12 February, 2011

An Open (Love) Letter to Borders, or, Borders I Love You (But You're Bringin' Me Down)

I don't do Valentine's Day. That's not about love for me. I love people, and books, and all kinds of other things every day, not just on February 14th. But there's one thing I love that I've recently had to give up, and I think that not expressing how I feel about it has been seriously stopping up my book-reviewing chi.

So I'd like to take a few thousand words to say how I feel, just to get it off my chest and onto the Internet where it can continue to fester for as long as we both shall live.

If you don't have a half hour to waste, go look at some rabbits.

Maggie Stiefvater talking about Linger. After the signing, she attack-hugged me! Best. Birthday. Present. EVAR.
Dear Borders,

Well, it seems like this might be goodbye. I hope it isn't. I sincerely hope someone out there takes a chance on you and gives you the capital to keep your doors open. Your doors opened for me in 1996 when I took my very first job right here at your store in Glendale, California. I was the youngest hire, and so thrilled and grateful to come to work each day. Throughout the years, despite difficulties, setbacks, and certain horrors that only the retail bookstore environment can produce, you have also been a source for learning, friendship, and excitement in my life. Almost all of my best friends were my coworkers there, among them my best friend of all--who is now my husband.

But even now that I have joined the ranks of ex-Borders employees, and with you on the cusp of bankruptcy, when people ask how I feel about you, I can only tell the truth: I love you, Borders. I wish you well.

My actual Borders Store, appearing in The Simpsons.

Sure, you've made some mistakes, and now you're paying for them, but in my heart the ideals that kept me coming back over the last 14 years, as an employee and a customer both, remain possible, though maybe just out of reach. The selection and eclecticism, the passion and knowledgeability, the commitment and enthusiasm that set Borders apart from its competitors a decade ago lives on only in the hearts and minds of those that can say we "knew you way back when," and who continue to lament, "If only."

If only you had taken the time to promote from within, so that key decision-makers like district managers and corporate heads could have seen things from the sales floor instead of their far-away offices--you could have been the greatest bookstore ever. Instead you helped perpetuate the joke that chain bookstore employees are illiterate, lazy morons who know nothing about real literature and care nothing for their customers. You hired executives with zero bookstore experience and knowledge, who never had to handsell a book to a reluctant reader; who never had to do a floor set while the store was open (near impossible, by the way), and who never had to kick a "patron" out of the store for defecating in the elevator or worse*.

The last middle manager I worked for bragged about their addiction to James Patterson and Dan Brown--a sure sign that their previous book-buying needs had been easily satisfied by a drugstore or supermarket. They asked about my favorite books and authors, and had never heard of Carlos Ruiz Zafon, Garth Stein, or Margaret Atwood.

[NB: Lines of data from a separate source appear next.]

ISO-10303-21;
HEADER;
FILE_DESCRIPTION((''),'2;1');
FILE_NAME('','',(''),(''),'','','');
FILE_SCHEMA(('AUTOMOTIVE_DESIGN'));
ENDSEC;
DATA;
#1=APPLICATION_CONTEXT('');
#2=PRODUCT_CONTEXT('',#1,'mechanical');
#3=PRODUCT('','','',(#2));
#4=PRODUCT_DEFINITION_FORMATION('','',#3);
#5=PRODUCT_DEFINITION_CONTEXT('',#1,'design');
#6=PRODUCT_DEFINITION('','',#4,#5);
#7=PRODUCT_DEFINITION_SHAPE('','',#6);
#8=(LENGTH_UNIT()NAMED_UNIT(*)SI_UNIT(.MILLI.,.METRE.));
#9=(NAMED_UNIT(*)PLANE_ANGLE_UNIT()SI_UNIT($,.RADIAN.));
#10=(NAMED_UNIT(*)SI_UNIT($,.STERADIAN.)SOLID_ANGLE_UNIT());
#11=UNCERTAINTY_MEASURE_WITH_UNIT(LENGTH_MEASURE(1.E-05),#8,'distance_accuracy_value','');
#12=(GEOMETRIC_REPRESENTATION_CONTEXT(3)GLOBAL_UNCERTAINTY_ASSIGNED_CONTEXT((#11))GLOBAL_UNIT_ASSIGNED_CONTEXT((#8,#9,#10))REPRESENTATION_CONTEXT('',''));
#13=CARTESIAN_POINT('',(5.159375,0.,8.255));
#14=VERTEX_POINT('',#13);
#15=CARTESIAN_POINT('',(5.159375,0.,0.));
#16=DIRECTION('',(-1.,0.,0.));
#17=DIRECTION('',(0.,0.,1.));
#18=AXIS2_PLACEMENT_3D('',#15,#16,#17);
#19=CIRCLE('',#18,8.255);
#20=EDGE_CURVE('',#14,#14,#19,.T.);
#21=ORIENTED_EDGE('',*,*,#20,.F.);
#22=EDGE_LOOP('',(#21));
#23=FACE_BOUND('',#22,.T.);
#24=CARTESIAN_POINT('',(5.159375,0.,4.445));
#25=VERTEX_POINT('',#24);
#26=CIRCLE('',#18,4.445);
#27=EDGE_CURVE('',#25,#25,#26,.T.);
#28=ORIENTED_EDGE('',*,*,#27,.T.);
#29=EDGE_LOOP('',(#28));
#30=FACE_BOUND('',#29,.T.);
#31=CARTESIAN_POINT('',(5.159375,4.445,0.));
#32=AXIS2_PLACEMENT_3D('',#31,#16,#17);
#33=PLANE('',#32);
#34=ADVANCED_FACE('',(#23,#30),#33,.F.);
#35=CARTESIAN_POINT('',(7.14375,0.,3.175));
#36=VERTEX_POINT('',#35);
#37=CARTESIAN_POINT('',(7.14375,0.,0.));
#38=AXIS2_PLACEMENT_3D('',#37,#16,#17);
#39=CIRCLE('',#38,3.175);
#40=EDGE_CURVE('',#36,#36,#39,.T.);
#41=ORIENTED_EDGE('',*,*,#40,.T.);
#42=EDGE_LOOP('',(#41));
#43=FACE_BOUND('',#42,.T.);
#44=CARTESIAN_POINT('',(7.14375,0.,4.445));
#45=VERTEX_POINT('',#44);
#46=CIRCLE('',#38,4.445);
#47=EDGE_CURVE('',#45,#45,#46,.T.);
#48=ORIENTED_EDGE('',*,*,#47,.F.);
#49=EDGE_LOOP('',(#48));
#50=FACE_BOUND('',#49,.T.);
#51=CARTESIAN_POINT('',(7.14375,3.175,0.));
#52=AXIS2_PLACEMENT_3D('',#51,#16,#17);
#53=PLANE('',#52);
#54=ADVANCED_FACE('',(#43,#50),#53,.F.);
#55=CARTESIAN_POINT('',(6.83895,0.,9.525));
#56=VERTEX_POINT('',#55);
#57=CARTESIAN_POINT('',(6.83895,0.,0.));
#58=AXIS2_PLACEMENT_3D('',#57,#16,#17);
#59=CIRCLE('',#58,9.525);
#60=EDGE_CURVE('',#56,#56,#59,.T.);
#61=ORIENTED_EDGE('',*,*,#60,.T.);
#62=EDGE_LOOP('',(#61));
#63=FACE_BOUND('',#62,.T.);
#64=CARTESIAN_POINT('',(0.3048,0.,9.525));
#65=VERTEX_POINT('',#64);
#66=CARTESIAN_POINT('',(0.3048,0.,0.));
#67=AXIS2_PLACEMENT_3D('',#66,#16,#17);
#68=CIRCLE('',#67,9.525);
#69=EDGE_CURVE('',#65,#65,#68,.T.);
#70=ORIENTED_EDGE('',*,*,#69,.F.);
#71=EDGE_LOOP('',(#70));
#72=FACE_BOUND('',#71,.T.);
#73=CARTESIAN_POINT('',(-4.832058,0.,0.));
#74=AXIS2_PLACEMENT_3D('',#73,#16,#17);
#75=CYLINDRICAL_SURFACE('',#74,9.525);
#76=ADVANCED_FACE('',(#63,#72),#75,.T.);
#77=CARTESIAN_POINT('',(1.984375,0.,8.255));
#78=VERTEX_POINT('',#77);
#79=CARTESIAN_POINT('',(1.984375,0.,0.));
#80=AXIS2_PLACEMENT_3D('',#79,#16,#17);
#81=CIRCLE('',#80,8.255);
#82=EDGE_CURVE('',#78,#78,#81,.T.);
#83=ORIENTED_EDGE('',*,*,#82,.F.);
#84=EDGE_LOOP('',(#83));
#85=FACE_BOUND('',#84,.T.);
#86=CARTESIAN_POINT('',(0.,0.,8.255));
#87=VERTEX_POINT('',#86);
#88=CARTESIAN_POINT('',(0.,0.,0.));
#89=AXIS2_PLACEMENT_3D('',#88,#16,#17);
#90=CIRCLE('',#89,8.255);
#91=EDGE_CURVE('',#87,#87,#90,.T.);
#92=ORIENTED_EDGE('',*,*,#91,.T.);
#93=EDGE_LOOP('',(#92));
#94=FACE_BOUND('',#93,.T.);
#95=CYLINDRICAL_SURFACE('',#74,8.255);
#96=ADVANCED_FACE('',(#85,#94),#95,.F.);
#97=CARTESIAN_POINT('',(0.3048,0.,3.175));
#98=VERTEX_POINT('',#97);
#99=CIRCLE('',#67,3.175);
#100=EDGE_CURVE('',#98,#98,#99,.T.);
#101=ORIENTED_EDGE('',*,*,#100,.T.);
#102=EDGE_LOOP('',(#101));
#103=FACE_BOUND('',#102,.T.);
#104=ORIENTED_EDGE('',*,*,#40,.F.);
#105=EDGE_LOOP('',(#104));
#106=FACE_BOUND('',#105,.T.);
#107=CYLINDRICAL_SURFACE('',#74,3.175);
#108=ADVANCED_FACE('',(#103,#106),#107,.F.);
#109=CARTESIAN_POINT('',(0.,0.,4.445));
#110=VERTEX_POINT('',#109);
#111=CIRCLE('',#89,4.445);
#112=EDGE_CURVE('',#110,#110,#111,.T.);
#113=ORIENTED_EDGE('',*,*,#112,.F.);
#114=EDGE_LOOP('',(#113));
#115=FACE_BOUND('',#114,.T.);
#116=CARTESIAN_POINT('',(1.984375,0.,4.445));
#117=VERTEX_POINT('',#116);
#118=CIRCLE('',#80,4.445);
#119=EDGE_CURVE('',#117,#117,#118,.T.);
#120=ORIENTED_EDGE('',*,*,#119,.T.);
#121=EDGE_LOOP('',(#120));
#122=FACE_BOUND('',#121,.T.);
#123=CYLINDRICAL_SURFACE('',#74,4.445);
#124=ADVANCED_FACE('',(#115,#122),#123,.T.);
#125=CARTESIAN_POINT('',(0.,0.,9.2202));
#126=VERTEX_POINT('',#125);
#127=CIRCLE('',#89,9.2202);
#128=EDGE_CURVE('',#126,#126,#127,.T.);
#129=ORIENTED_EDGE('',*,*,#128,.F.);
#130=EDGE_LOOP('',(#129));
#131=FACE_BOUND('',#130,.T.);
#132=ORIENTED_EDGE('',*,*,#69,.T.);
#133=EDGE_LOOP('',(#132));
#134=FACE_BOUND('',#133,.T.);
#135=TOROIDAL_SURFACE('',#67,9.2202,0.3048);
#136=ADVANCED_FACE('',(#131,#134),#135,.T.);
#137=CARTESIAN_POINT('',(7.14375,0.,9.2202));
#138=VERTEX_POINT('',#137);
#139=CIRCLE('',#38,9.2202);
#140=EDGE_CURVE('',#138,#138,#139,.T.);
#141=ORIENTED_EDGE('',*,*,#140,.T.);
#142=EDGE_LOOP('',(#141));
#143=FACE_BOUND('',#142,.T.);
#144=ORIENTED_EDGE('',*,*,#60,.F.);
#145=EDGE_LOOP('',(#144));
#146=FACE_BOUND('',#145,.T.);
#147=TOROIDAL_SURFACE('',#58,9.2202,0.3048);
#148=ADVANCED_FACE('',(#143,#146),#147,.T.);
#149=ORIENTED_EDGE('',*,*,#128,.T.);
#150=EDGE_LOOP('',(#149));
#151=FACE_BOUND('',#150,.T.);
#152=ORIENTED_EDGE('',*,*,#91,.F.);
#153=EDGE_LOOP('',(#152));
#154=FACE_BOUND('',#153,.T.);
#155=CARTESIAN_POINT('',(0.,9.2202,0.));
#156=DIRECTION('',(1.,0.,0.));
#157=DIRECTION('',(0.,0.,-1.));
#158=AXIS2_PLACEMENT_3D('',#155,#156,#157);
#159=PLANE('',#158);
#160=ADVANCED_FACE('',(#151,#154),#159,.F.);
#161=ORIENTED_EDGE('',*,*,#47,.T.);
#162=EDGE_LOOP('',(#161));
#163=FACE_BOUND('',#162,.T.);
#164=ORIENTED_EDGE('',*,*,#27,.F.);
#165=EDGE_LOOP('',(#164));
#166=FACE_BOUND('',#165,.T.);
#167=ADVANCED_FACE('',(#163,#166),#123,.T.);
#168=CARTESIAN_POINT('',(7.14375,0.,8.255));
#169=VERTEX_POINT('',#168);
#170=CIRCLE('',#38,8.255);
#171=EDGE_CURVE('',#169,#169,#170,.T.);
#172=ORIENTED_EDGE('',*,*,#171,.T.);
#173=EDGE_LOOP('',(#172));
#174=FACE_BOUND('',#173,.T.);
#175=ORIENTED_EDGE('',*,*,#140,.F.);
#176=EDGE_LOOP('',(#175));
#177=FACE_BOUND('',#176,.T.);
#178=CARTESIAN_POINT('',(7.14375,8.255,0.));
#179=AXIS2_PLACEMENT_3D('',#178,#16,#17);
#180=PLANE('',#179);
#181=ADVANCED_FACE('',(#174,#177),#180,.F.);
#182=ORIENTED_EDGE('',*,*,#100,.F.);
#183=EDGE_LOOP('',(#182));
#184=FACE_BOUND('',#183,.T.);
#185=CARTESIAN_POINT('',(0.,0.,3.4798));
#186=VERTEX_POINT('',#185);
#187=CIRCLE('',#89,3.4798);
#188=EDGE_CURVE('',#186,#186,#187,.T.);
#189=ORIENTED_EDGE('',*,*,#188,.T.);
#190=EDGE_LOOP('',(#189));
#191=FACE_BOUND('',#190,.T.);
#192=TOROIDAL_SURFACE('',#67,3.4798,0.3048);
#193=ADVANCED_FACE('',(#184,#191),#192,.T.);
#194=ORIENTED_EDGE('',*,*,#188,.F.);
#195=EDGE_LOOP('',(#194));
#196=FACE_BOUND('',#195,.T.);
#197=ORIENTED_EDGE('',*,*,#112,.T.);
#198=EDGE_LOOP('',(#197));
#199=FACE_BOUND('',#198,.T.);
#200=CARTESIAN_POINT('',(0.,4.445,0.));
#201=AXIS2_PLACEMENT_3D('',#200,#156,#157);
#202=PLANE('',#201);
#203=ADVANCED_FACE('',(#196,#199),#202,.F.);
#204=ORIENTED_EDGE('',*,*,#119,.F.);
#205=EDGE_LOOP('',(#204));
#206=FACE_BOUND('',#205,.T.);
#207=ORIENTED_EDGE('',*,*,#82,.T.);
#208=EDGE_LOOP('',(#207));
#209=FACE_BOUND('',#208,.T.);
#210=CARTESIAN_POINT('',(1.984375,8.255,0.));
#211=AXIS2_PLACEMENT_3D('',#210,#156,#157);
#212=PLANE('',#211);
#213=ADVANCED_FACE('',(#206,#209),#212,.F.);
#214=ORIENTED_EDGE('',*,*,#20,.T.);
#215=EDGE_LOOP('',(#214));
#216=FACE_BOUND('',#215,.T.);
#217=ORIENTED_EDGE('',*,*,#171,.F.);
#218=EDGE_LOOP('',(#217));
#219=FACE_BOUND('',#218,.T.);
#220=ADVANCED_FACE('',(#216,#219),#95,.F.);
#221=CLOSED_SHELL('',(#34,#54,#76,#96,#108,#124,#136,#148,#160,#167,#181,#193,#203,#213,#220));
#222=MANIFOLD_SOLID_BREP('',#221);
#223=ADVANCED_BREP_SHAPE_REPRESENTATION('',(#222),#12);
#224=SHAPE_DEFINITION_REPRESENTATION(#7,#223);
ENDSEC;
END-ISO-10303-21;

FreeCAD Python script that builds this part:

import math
import FreeCAD as App
import Part
import Sketcher

V = App.Vector
Q = App.Units.Quantity

doc = App.newDocument("Part")
body = doc.addObject("PartDesign::Body", "Body")

sketch1 = body.newObject("Sketcher::SketchObject", "Sketch")
sketch1.AttachmentSupport = (doc.getObject("XY_Plane"), [""])
sketch1.MapMode = "FlatFace"
sketch1.addGeometry([
    Part.LineSegment(V(0.3048, 3.175, 0), V(7.14375, 3.175, 0)),
    Part.LineSegment(V(7.14375, 3.175, 0), V(7.14375, 4.445, 0)),
    Part.LineSegment(V(7.14375, 4.445, 0), V(5.159375, 4.445, 0)),
    Part.LineSegment(V(5.159375, 4.445, 0), V(5.159375, 8.255, 0)),
    Part.LineSegment(V(5.159375, 8.255, 0), V(7.14375, 8.255, 0)),
    Part.LineSegment(V(7.14375, 8.255, 0), V(7.14375, 9.2202, 0)),
    Part.ArcOfCircle(Part.Circle(V(6.83895, 9.2202, 0), V(0, 0, 1), 0.3048), math.radians(0), math.radians(90)),
    Part.LineSegment(V(6.83895, 9.525, 0), V(0.3048, 9.525, 0)),
    Part.ArcOfCircle(Part.Circle(V(0.3048, 9.2202, 0), V(0, 0, 1), 0.3048), math.radians(90), math.radians(180)),
    Part.LineSegment(V(0, 9.2202, 0), V(0, 8.255, 0)),
    Part.LineSegment(V(0, 8.255, 0), V(1.984375, 8.255, 0)),
    Part.LineSegment(V(1.984375, 8.255, 0), V(1.984375, 4.445, 0)),
    Part.LineSegment(V(1.984375, 4.445, 0), V(0, 4.445, 0)),
    Part.LineSegment(V(0, 4.445, 0), V(0, 3.4798, 0)),
    Part.ArcOfCircle(Part.Circle(V(0.3048, 3.4798, 0), V(0, 0, 1), 0.3048), math.radians(180), math.radians(270)),
], False)
sketch1.addConstraint([
    Sketcher.Constraint("Coincident", 0, 2, 1, 1),
    Sketcher.Constraint("Coincident", 1, 2, 2, 1),
    Sketcher.Constraint("Coincident", 2, 2, 3, 1),
    Sketcher.Constraint("Coincident", 3, 2, 4, 1),
    Sketcher.Constraint("Coincident", 4, 2, 5, 1),
    Sketcher.Constraint("Tangent", 5, 2, 6, 1),
    Sketcher.Constraint("Tangent", 6, 2, 7, 1),
    Sketcher.Constraint("Tangent", 7, 2, 8, 1),
    Sketcher.Constraint("Tangent", 8, 2, 9, 1),
    Sketcher.Constraint("Coincident", 9, 2, 10, 1),
    Sketcher.Constraint("Coincident", 10, 2, 11, 1),
    Sketcher.Constraint("Coincident", 11, 2, 12, 1),
    Sketcher.Constraint("Coincident", 12, 2, 13, 1),
    Sketcher.Constraint("Tangent", 13, 2, 14, 1),
    Sketcher.Constraint("Tangent", 14, 2, 0, 1),
    Sketcher.Constraint("Horizontal", 0),
    Sketcher.Constraint("Vertical", 1),
    Sketcher.Constraint("Horizontal", 2),
    Sketcher.Constraint("Vertical", 3),
    Sketcher.Constraint("Horizontal", 4),
    Sketcher.Constraint("Vertical", 5),
    Sketcher.Constraint("Horizontal", 7),
    Sketcher.Constraint("Vertical", 9),
    Sketcher.Constraint("Horizontal", 10),
    Sketcher.Constraint("Vertical", 11),
    Sketcher.Constraint("Horizontal", 12),
    Sketcher.Constraint("Vertical", 13),
    Sketcher.Constraint("Equal", 6, 8),
    Sketcher.Constraint("Equal", 8, 14),
    Sketcher.Constraint("PointOnObject", 8, 2, -2),
    Sketcher.Constraint("PointOnObject", 12, 2, -2),
    Sketcher.Constraint("Horizontal", 4, 2, 9, 2),
    Sketcher.Constraint("Horizontal", 2, 2, 11, 2),
    Sketcher.Constraint("Vertical", 1, 2, 4, 2),
    Sketcher.Constraint("Equal", 4, 10),
    Sketcher.Constraint("Equal", 9, 13),
    Sketcher.Constraint("Radius", 6, Q("0.012 in")),
    Sketcher.Constraint("DistanceY", 1, 1, 1, 2, Q("0.05 in")),
    Sketcher.Constraint("DistanceY", 3, 1, 3, 2, Q("0.15 in")),
    Sketcher.Constraint("DistanceX", 2, 2, 2, 1, Q("0.078125 in")),
    Sketcher.Constraint("DistanceY", -1, 1, 6, 3, Q("0.363 in")),
    Sketcher.Constraint("DistanceX", -1, 1, 0, 2, Q("0.28125 in")),
])
revolution = body.newObject("PartDesign::Revolution", "Revolution")
revolution.Profile = sketch1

Bet they didn't know who Lauren Myracle was, either.


Even the buyers seemed to be headquartered in some remote cave dwelling. It took us months in 2006 to get you to let us have more than 2 copies of Twilight and New Moon at a time when no one even knew who Stephenie Meyer was (we were ordering them by the dozens, even though it was against the rules by then--no special orders!) Could you have taken a hint from the huge spike in our sales? In 2008 barely 5 stores carried the critically acclaimed Graceling by Kristin Cashore or The Hunger Games by Suzanne Collins. Getting them into the inventory was like pulling teeth. Yet every store in the country got a boatload of I Am Number Four, by someone who contractually can't even put their name on their published work, because somehow they didn't look closely enough at the contract to realize they were getting the long end of the stick thrust into uncomfortable parts of their anatomy. (But that's a whole 'nother rant. Let's leave it at that for now.)

Yes, our town has its own Dumbledore.
You took away the fun of entering a bookstore: the home-town individuality that our late-90's Borders were encouraged to foster and promote gave way to cookie-cutter displays--so you could walk into any store in the country and feel you were walking into the same store every time. That really took the steam out of my game of Borders BINGO**.

One of my YA displays in 2010
If only you'd realized that book people would miss the thrill of walking into a bookstore and discovering that gem of a book, that obscure literary treasure that just happens to catch your eye as you pass. What happened to troubadours on Friday nights, plucking away on their guitars while the coffee flowed like wine? Or the Expert program that meant anyone could ask for anything from romance novels to discrete mathematics and get a good recommendation from a human being instead of an online algorithm?

Maria V. Snyder, debut of Storm Glass (2008)
My most-recommended author of 2007.
It's not a coincidence that one of her books has a bookseller in it named Alethea.
If only you'd been clearer about when policies existed to be bent but not broken, or how far we needed to bend over backwards in the name of customer service. We never knew if we'd be protected if we upheld the policy, or berated for letting the customer walk all over us. If a customer tries to return 26 copies of an outdated computer book they purchased 3 years ago (approximately 1000 days after the return window closed), is denied according to policy and responds maturely by throwing one of the books at a manager's head***, was that really a customer we wanted to keep? You changed your mind as often as you changed CEOs... which was A LOT.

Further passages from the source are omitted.